The NKJV has a clause in Ephesians 3 that is missing from the Alexandrian texts:

For this reason I bow my knees to the Father of our Lord Jesus Christ, from whom the whole family in heaven and earth is named. (Ephesians 3:14-15 NKJV)

This made me wonder about the referent of “whom.” But “family” is patria, so clearly it is the Father. Family is fatherdom.

On the Continent, the ship of State did not move on a sea of troubles such as faced the Englishman when he sailed the five oceans of the world. The object of the recurrent and never-ceasing care for a territorial ruler in Central Europe was the forest. After a thousand years of chopping and cutting, 27 per cent of the area of Germany is still covered by forests. More than one quarter of a country where every square inch has been “cultivated,” furrowed, turned, is covered by trees even today. Forestry was a national concern for the German rulers. The notorious word “Kultur” carries, to begin with, the notion of Landeskultur, cultivation of the soil. A German thinks of planting trees whenever he hears the word “Kultur.” Trees take a long time to grow. It is this long period of cultivation that constitutes the outstanding privileges of a government’s economic policy as against that of the individual. The far-sightedness of a paternal government has protected the German woods. “Paternal” means being unmoved by immediate profits; “paternal” stands for patience and indifference to the incentives of the day. Sports, movies, radio, newspapers, take advantage of our childishness. The German individual State was rigid and austere, its people unswayed by the demagogue; it was paternal because it took thought for a long future. It restored the chief wealth of the soil: its trees. For a poor, sandy, rainy and foggy land, it is the greatest of all services to foresee and discount the results of any waste far in advance. In a rich country waste is less disastrous. In a poor district, where tomorrow is as poor as today, any encroachment of today upon tomorrow leads to destruction. . . .

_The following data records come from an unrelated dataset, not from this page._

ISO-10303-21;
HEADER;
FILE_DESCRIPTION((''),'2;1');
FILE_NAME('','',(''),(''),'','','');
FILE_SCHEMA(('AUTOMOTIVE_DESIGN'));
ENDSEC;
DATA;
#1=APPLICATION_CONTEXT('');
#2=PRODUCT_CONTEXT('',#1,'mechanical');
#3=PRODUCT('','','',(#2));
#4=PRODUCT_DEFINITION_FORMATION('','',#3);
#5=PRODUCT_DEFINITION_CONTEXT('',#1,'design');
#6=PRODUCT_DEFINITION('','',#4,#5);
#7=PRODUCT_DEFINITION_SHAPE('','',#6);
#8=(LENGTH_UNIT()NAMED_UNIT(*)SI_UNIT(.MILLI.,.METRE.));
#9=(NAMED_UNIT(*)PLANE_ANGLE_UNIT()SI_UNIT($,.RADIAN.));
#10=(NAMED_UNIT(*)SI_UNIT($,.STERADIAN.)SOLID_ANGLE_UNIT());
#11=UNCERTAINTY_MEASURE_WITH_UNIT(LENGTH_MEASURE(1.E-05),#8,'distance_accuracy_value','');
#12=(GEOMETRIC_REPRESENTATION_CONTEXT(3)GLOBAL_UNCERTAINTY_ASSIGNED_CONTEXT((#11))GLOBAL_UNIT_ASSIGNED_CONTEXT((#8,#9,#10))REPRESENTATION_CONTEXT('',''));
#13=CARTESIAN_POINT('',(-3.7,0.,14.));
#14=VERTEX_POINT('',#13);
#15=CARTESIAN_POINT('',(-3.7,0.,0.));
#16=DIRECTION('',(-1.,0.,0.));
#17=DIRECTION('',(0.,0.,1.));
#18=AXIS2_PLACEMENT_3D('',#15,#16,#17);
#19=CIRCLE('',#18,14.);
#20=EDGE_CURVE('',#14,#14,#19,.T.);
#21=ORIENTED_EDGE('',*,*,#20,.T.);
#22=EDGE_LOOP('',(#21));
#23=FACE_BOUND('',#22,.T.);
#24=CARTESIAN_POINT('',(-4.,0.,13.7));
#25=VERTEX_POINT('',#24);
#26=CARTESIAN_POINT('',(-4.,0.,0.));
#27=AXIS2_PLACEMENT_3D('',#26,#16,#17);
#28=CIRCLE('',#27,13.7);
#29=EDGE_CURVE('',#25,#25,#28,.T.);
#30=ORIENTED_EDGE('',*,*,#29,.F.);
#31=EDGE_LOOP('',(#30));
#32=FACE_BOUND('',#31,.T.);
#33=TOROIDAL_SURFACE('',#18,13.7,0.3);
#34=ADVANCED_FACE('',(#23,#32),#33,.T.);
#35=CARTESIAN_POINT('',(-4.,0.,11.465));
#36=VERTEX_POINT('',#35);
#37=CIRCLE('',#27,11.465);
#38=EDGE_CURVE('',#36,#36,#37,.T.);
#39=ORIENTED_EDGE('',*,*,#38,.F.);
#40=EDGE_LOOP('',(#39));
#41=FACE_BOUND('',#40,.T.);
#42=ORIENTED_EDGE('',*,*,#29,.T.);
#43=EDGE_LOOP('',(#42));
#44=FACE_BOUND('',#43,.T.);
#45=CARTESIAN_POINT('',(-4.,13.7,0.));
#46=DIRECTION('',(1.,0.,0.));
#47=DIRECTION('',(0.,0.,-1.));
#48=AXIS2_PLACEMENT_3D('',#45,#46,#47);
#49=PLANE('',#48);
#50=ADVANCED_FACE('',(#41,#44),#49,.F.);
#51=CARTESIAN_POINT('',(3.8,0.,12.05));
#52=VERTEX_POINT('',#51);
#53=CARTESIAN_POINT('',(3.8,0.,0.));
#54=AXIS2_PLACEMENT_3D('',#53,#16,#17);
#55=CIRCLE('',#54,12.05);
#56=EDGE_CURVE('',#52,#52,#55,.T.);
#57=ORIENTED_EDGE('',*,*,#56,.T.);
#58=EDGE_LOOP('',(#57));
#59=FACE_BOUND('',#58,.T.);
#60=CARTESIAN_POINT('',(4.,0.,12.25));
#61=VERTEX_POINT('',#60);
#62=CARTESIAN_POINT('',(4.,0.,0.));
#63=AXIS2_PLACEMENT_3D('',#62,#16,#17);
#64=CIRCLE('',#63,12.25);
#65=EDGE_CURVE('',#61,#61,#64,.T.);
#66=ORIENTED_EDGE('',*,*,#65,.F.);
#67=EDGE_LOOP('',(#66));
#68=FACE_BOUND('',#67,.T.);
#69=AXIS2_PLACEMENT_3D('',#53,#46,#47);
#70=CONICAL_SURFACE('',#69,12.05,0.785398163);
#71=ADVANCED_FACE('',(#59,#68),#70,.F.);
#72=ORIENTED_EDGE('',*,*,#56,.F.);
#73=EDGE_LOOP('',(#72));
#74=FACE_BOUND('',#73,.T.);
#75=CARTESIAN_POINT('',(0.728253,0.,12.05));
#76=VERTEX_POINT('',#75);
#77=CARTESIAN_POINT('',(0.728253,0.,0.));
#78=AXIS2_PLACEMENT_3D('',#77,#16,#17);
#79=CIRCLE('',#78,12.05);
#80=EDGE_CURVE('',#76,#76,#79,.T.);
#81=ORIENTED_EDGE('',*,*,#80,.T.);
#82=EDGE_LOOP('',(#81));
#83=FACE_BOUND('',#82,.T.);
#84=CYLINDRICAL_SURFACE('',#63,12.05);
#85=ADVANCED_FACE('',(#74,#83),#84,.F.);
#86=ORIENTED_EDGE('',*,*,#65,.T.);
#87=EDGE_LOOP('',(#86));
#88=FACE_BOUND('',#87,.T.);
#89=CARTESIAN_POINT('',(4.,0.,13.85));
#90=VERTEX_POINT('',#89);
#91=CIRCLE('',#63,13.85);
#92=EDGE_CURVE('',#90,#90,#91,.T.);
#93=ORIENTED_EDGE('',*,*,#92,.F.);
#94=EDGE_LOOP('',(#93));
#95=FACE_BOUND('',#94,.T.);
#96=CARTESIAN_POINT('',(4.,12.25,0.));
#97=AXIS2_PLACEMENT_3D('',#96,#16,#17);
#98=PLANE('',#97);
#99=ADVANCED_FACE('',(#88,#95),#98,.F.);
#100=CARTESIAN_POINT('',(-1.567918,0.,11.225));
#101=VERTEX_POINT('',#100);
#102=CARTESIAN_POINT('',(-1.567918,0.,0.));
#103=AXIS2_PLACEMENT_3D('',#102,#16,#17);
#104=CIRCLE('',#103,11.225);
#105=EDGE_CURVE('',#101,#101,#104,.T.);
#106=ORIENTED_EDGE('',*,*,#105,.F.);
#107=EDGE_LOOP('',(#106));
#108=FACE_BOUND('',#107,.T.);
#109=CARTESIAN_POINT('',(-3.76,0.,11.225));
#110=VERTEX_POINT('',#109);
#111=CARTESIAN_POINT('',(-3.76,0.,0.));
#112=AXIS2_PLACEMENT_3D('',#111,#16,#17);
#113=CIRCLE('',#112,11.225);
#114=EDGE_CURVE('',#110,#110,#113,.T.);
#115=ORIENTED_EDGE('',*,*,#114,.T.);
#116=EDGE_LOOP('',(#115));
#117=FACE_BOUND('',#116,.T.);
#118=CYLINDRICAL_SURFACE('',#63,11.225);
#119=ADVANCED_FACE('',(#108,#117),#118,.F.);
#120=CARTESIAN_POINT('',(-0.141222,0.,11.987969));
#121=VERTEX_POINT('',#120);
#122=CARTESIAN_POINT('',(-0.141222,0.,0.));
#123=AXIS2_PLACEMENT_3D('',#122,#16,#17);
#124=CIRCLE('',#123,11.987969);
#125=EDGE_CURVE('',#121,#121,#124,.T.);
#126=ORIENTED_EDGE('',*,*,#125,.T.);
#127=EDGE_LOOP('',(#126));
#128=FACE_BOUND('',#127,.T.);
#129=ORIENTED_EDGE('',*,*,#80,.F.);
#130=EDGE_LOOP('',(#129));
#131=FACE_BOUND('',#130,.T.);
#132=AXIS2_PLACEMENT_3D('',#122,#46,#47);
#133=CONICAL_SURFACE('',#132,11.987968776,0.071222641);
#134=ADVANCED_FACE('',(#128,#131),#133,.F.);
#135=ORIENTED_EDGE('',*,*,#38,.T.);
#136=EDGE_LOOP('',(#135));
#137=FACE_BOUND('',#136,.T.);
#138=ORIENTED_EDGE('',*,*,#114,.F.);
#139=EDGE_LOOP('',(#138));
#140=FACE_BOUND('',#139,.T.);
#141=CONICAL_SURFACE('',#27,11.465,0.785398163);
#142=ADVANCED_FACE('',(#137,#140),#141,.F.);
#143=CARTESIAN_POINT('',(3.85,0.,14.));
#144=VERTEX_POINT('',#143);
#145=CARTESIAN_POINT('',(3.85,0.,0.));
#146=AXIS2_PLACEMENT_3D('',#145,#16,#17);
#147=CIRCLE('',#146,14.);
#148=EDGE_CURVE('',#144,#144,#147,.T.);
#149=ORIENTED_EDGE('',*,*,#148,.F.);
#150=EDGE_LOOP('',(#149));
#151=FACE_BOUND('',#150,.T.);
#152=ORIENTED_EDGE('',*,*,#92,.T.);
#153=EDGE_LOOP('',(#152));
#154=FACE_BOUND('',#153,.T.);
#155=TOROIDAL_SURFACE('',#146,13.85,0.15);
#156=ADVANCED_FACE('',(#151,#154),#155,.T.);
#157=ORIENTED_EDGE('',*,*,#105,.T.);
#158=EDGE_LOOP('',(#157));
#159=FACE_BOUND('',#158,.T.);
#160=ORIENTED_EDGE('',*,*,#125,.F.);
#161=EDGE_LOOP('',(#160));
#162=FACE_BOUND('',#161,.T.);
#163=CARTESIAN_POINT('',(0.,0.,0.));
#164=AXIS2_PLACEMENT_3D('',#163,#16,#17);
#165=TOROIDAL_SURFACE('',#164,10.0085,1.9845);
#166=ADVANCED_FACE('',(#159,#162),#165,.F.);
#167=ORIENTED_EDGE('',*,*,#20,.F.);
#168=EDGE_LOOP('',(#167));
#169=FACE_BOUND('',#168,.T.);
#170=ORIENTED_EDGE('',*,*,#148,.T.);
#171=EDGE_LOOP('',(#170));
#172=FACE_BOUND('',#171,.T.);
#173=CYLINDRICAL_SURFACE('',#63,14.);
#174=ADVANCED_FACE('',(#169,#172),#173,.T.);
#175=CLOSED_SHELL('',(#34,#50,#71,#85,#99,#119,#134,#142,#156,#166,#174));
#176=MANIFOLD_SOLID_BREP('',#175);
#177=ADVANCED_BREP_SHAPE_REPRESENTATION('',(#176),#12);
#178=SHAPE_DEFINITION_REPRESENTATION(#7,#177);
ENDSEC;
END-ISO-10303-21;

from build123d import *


with BuildPart() as part:
    # Sketch1 → Revolve1 (revolve)
    with BuildSketch(Plane.XY, mode=Mode.PRIVATE) as revolve1_sk:
        with BuildLine():
            Line((-4, 11.465), (-3.76, 11.225))
            Line((-3.76, 11.225), (-1.567918365, 11.225))
            ThreePointArc((-1.567918365, 11.225), (-0.935852777, 11.758477094), (-0.141221865, 11.987968776))
            Line((-0.141221865, 11.987968776), (0.728253065, 12.05))
            Line((0.728253065, 12.05), (3.8, 12.05))
            Line((3.8, 12.05), (4, 12.25))
            Line((4, 12.25), (4, 13.85))
            ThreePointArc((4, 13.85), (3.956066017, 13.956066017), (3.85, 14))
            Line((3.85, 14), (-3.7, 14))
            ThreePointArc((-3.7, 14), (-3.912132034, 13.912132034), (-4, 13.7))
            Line((-4, 13.7), (-4, 11.465))
        make_face()
    revolve(revolve1_sk.sketch.rotate(Axis((4, 0, 0), (-1, 0, 0)), 270), axis=Axis((4, 0, 0), (-1, 0, 0)))


solid = part.part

The likeness of man in all his dignity to a tree in the forest is an everlasting German concept. (Eugen Rosenstock-Huessy, Out of Revolution, 423-424)

The forest is an eternal task, never a garden, never a desert. It bears fruit, but never for the man who plants it. Always it asks for patience and thrift, and prays to be spared from greed, haste, or carelessness. (Eugen Rosenstock-Huessy, Out of Revolution, 426)

In Numbers 2 it is significant that God’s people constitute an army arrayed around him. But it is also significant that this army is constituted of households. The church is central, the one family that will endure forever; but the earthly family is part of what serves to guard it.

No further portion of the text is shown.